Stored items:
====

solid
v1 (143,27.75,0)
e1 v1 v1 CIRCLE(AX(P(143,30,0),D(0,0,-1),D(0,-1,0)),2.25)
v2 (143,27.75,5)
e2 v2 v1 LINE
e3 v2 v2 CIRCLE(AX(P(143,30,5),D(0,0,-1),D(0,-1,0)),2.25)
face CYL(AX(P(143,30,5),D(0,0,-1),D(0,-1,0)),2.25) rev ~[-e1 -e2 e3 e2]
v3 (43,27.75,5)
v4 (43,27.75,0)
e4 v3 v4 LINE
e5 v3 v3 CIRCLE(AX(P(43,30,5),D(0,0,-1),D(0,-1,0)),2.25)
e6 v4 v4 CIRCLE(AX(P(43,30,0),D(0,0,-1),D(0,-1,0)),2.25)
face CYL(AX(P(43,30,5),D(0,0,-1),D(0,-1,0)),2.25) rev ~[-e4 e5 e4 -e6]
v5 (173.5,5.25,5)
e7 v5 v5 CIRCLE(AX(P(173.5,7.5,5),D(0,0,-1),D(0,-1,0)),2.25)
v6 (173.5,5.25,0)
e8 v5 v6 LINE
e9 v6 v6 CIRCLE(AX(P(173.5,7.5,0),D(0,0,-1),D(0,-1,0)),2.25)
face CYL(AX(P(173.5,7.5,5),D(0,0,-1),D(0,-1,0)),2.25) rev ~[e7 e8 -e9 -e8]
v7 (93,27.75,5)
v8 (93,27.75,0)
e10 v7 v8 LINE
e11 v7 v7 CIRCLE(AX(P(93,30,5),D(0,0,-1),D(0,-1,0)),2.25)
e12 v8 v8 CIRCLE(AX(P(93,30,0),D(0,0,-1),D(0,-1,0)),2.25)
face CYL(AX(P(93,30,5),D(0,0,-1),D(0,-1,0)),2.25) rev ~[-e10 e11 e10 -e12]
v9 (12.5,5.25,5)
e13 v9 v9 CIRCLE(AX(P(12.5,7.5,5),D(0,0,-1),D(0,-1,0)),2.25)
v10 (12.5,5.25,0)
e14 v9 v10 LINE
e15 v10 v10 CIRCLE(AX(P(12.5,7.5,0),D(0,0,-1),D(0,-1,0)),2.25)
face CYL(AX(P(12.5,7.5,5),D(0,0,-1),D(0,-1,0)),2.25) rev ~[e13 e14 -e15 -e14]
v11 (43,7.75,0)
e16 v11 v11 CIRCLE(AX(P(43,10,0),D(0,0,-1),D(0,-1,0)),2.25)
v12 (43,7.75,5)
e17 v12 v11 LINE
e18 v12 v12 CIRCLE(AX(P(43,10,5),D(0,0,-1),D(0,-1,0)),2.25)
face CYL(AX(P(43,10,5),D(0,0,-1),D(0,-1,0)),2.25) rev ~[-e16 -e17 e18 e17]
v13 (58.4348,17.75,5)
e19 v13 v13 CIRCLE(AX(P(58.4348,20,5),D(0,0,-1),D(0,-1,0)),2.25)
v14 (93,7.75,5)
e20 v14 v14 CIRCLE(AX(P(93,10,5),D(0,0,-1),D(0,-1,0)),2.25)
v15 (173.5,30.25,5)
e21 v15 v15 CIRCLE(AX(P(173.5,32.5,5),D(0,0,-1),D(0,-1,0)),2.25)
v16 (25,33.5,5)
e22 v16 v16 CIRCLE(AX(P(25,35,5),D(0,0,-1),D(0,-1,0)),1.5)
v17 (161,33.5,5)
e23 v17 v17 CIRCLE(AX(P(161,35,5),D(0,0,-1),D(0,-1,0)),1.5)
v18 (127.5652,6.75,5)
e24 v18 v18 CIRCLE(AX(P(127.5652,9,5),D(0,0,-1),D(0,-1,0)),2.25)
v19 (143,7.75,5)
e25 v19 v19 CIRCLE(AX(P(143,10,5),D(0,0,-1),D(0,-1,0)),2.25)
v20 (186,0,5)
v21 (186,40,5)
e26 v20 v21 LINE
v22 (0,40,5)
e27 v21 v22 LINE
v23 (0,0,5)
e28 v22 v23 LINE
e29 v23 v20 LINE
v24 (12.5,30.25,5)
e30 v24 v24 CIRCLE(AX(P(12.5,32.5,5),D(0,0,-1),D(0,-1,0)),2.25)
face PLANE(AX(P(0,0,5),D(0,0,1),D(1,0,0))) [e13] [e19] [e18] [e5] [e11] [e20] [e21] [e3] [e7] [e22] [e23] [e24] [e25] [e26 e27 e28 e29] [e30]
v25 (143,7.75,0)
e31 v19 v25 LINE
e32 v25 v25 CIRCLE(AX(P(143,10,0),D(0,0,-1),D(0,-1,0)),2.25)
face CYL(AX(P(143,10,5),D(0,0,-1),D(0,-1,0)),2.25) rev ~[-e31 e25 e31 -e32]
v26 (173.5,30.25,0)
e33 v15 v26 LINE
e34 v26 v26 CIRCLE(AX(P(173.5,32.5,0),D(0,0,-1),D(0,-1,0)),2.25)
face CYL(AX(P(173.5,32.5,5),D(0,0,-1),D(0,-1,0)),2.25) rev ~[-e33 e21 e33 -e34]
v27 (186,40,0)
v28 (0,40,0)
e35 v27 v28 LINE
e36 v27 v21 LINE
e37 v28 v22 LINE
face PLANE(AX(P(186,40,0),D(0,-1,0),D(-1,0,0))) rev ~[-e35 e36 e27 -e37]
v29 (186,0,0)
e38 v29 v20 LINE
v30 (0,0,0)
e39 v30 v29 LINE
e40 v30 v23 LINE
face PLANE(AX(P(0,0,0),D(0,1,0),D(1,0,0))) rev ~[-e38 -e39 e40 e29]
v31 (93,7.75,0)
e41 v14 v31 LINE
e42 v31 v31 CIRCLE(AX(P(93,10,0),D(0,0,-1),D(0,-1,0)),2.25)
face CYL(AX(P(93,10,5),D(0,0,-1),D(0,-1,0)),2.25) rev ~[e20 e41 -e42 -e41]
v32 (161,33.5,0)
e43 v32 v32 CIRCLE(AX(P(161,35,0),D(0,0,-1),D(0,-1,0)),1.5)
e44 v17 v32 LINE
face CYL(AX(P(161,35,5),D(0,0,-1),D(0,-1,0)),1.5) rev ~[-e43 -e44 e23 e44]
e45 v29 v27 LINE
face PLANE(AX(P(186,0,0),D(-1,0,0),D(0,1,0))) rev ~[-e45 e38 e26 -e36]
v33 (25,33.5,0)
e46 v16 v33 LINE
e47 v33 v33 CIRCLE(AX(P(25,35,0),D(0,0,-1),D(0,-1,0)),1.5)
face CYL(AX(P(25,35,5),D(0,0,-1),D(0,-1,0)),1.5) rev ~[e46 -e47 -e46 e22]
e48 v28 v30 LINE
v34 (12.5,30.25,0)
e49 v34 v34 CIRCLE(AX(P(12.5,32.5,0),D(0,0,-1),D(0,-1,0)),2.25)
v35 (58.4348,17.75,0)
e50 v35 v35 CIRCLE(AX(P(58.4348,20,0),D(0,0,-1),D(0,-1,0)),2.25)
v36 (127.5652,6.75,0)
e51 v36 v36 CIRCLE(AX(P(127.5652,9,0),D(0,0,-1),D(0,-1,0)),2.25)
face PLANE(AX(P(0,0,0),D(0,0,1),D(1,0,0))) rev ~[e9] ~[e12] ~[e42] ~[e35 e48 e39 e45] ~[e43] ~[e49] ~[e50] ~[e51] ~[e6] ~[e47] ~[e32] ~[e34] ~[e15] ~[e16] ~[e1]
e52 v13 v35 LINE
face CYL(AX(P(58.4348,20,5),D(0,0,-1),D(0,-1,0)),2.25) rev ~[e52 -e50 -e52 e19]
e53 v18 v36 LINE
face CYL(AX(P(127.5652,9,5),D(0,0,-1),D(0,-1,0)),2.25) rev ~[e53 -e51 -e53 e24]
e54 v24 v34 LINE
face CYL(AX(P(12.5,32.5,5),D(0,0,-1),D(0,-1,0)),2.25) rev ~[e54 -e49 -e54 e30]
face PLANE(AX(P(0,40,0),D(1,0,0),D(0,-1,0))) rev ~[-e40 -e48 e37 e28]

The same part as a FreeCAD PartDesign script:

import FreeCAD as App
import Part
import Sketcher
from FreeCAD import Vector


def add_polygon(sketch, points):
    """Adds a closed chain of lines whose ends are joined by coincident constraints."""
    first, n = sketch.GeometryCount, len(points)
    for a, b in zip(points, points[1:] + points[:1]):
        sketch.addGeometry(Part.LineSegment(App.Vector(*a, 0), App.Vector(*b, 0)), False)
    for i in range(n):
        sketch.addConstraint(Sketcher.Constraint("Coincident", first + i, 2, first + (i + 1) % n, 1))

doc = App.newDocument("Part")
body = doc.addObject("PartDesign::Body", "Body")

# Sketch on XY plane
sketch1 = body.newObject("Sketcher::SketchObject", "Sketch")
sketch1.AttachmentSupport = (doc.getObject("XY_Plane"), [""])
sketch1.MapMode = "FlatFace"
add_polygon(sketch1, [(0, 40), (0, 0), (186, 0), (186, 40)])  # lines 0-3
sketch1.addConstraint([
    Sketcher.Constraint("Vertical", 0),
    Sketcher.Constraint("Horizontal", 1),
    Sketcher.Constraint("Vertical", 2),
    Sketcher.Constraint("Horizontal", 3),
    Sketcher.Constraint("Coincident", 0, 2, -1, 1),
    Sketcher.Constraint("DistanceX", 1, 1, 1, 2, 186.0),
    Sketcher.Constraint("DistanceY", 0, 2, 0, 1, 40.0),
])
pad1 = body.newObject("PartDesign::Pad", "Pad")
pad1.Profile = sketch1
pad1.Length = 5

# Sketch on XY plane
sketch2 = body.newObject("Sketcher::SketchObject", "Sketch001")
sketch2.AttachmentSupport = (doc.getObject("XY_Plane"), [""])
sketch2.MapMode = "FlatFace"
sketch2.AttachmentOffset = App.Placement(Vector(0, 0, 5), App.Rotation())
sketch2.addGeometry([
    Part.Circle(Vector(43, 30, 0), Vector(0, 0, 1), 2.2),
    Part.Circle(Vector(43, 10, 0), Vector(0, 0, 1), 2.2),
], False)
sketch2.addConstraint([
    Sketcher.Constraint("Equal", 0, 1),
    Sketcher.Constraint("Vertical", 0, 3, 1, 3),
    Sketcher.Constraint("Diameter", 0, 4.5),
    Sketcher.Constraint("DistanceX", -1, 1, 0, 3, 43.0),
    Sketcher.Constraint("DistanceY", -1, 1, 0, 3, 30.0),
    Sketcher.Constraint("DistanceY", -1, 1, 1, 3, 10.0),
])
doc.recompute()
hole = body.newObject("PartDesign::Hole", "Hole")
hole.Profile = sketch2
hole.ThreadType = "None"
hole.Diameter = 4.5
hole.DepthType = "ThroughAll"
doc.recompute()

linearpattern = body.newObject("PartDesign::LinearPattern", "LinearPattern")
linearpattern.Originals = [hole]
linearpattern.Direction = (doc.getObject("X_Axis"), [""])
linearpattern.Mode = "offset"
linearpattern.Offset = 50
linearpattern.Occurrences = 3
body.Tip = linearpattern

# Sketch on XY plane
sketch3 = body.newObject("Sketcher::SketchObject", "Sketch002")
sketch3.AttachmentSupport = (doc.getObject("XY_Plane"), [""])
sketch3.MapMode = "FlatFace"
sketch3.AttachmentOffset = App.Placement(Vector(0, 0, 5), App.Rotation())
sketch3.addGeometry([
    Part.Circle(Vector(58.4, 20, 0), Vector(0, 0, 1), 2.2),
    Part.Circle(Vector(127.6, 9, 0), Vector(0, 0, 1), 2.2),
], False)
sketch3.addConstraint([
    Sketcher.Constraint("Equal", 0, 1),
    Sketcher.Constraint("Diameter", 0, 4.5),
    Sketcher.Constraint("DistanceY", -1, 1, 0, 3, 20.0),
    Sketcher.Constraint("DistanceY", -1, 1, 1, 3, 9.0),
    Sketcher.Constraint("DistanceX", -1, 1, 0, 3, 58.4348),
    Sketcher.Constraint("DistanceX", -1, 1, 1, 3, 127.5652),
])
doc.recompute()
hole2 = body.newObject("PartDesign::Hole", "Hole001")
hole2.Profile = sketch3
hole2.ThreadType = "None"
hole2.Diameter = 4.5
hole2.DepthType = "ThroughAll"

# Sketch on XY plane
sketch4 = body.newObject("Sketcher::SketchObject", "Sketch003")
sketch4.AttachmentSupport = (doc.getObject("XY_Plane"), [""])
sketch4.MapMode = "FlatFace"
sketch4.AttachmentOffset = App.Placement(Vector(0, 0, 5), App.Rotation())
sketch4.addGeometry([
    Part.Circle(Vector(12.5, 32.5, 0), Vector(0, 0, 1), 2.2),
    Part.Circle(Vector(12.5, 7.5, 0), Vector(0, 0, 1), 2.2),
    Part.Circle(Vector(173.5, 32.5, 0), Vector(0, 0, 1), 2.2),
    Part.Circle(Vector(173.5, 7.5, 0), Vector(0, 0, 1), 2.2),
], False)
sketch4.addConstraint([
    Sketcher.Constraint("Equal", 0, 1),
    Sketcher.Constraint("Equal", 1, 2),
    Sketcher.Constraint("Equal", 2, 3),
    Sketcher.Constraint("Horizontal", 0, 3, 2, 3),
    Sketcher.Constraint("Horizontal", 1, 3, 3, 3),
    Sketcher.Constraint("Vertical", 0, 3, 1, 3),
    Sketcher.Constraint("Vertical", 2, 3, 3, 3),
    Sketcher.Constraint("Diameter", 0, 4.5),
    Sketcher.Constraint("DistanceY", 1, 3, 0, 3, 25.0),
    Sketcher.Constraint("DistanceX", 0, 3, 2, 3, 161.0),
    Sketcher.Constraint("DistanceX", -1, 1, 0, 3, 12.5),
    Sketcher.Constraint("DistanceY", -1, 1, 0, 3, 32.5),
])
doc.recompute()
hole3 = body.newObject("PartDesign::Hole", "Hole002")
hole3.Profile = sketch4
hole3.ThreadType = "None"
hole3.Diameter = 4.5
hole3.DepthType = "ThroughAll"

# Sketch on XY plane
sketch5 = body.newObject("Sketcher::SketchObject", "Sketch004")
sketch5.AttachmentSupport = (doc.getObject("XY_Plane"), [""])
sketch5.MapMode = "FlatFace"
sketch5.AttachmentOffset = App.Placement(Vector(0, 0, 5), App.Rotation())
sketch5.addGeometry([
    Part.Circle(Vector(25, 35, 0), Vector(0, 0, 1), 1.5),
    Part.Circle(Vector(161, 35, 0), Vector(0, 0, 1), 1.5),
], False)
sketch5.addConstraint([
    Sketcher.Constraint("Equal", 0, 1),
    Sketcher.Constraint("Horizontal", 0, 3, 1, 3),
    Sketcher.Constraint("Diameter", 0, 3.0),
    Sketcher.Constraint("DistanceX", -1, 1, 0, 3, 25.0),
    Sketcher.Constraint("DistanceY", -1, 1, 0, 3, 35.0),
    Sketcher.Constraint("DistanceX", -1, 1, 1, 3, 161.0),
])
doc.recompute()
hole4 = body.newObject("PartDesign::Hole", "Hole003")
hole4.Profile = sketch5
hole4.ThreadType = "None"
hole4.Diameter = 3
hole4.DepthType = "ThroughAll"

doc.recompute()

====

§ What to do: In the entries above, one line contains "e21 v15 v15" and another contains "e26 v20 v21 LINE". Reproduce exactly those two lines and the lines between them, nothing else.

§ Answer section:
e21 v15 v15 CIRCLE(AX(P(173.5,32.5,5),D(0,0,-1),D(0,-1,0)),2.25)
v16 (25,33.5,5)
e22 v16 v16 CIRCLE(AX(P(25,35,5),D(0,0,-1),D(0,-1,0)),1.5)
v17 (161,33.5,5)
e23 v17 v17 CIRCLE(AX(P(161,35,5),D(0,0,-1),D(0,-1,0)),1.5)
v18 (127.5652,6.75,5)
e24 v18 v18 CIRCLE(AX(P(127.5652,9,5),D(0,0,-1),D(0,-1,0)),2.25)
v19 (143,7.75,5)
e25 v19 v19 CIRCLE(AX(P(143,10,5),D(0,0,-1),D(0,-1,0)),2.25)
v20 (186,0,5)
v21 (186,40,5)
e26 v20 v21 LINE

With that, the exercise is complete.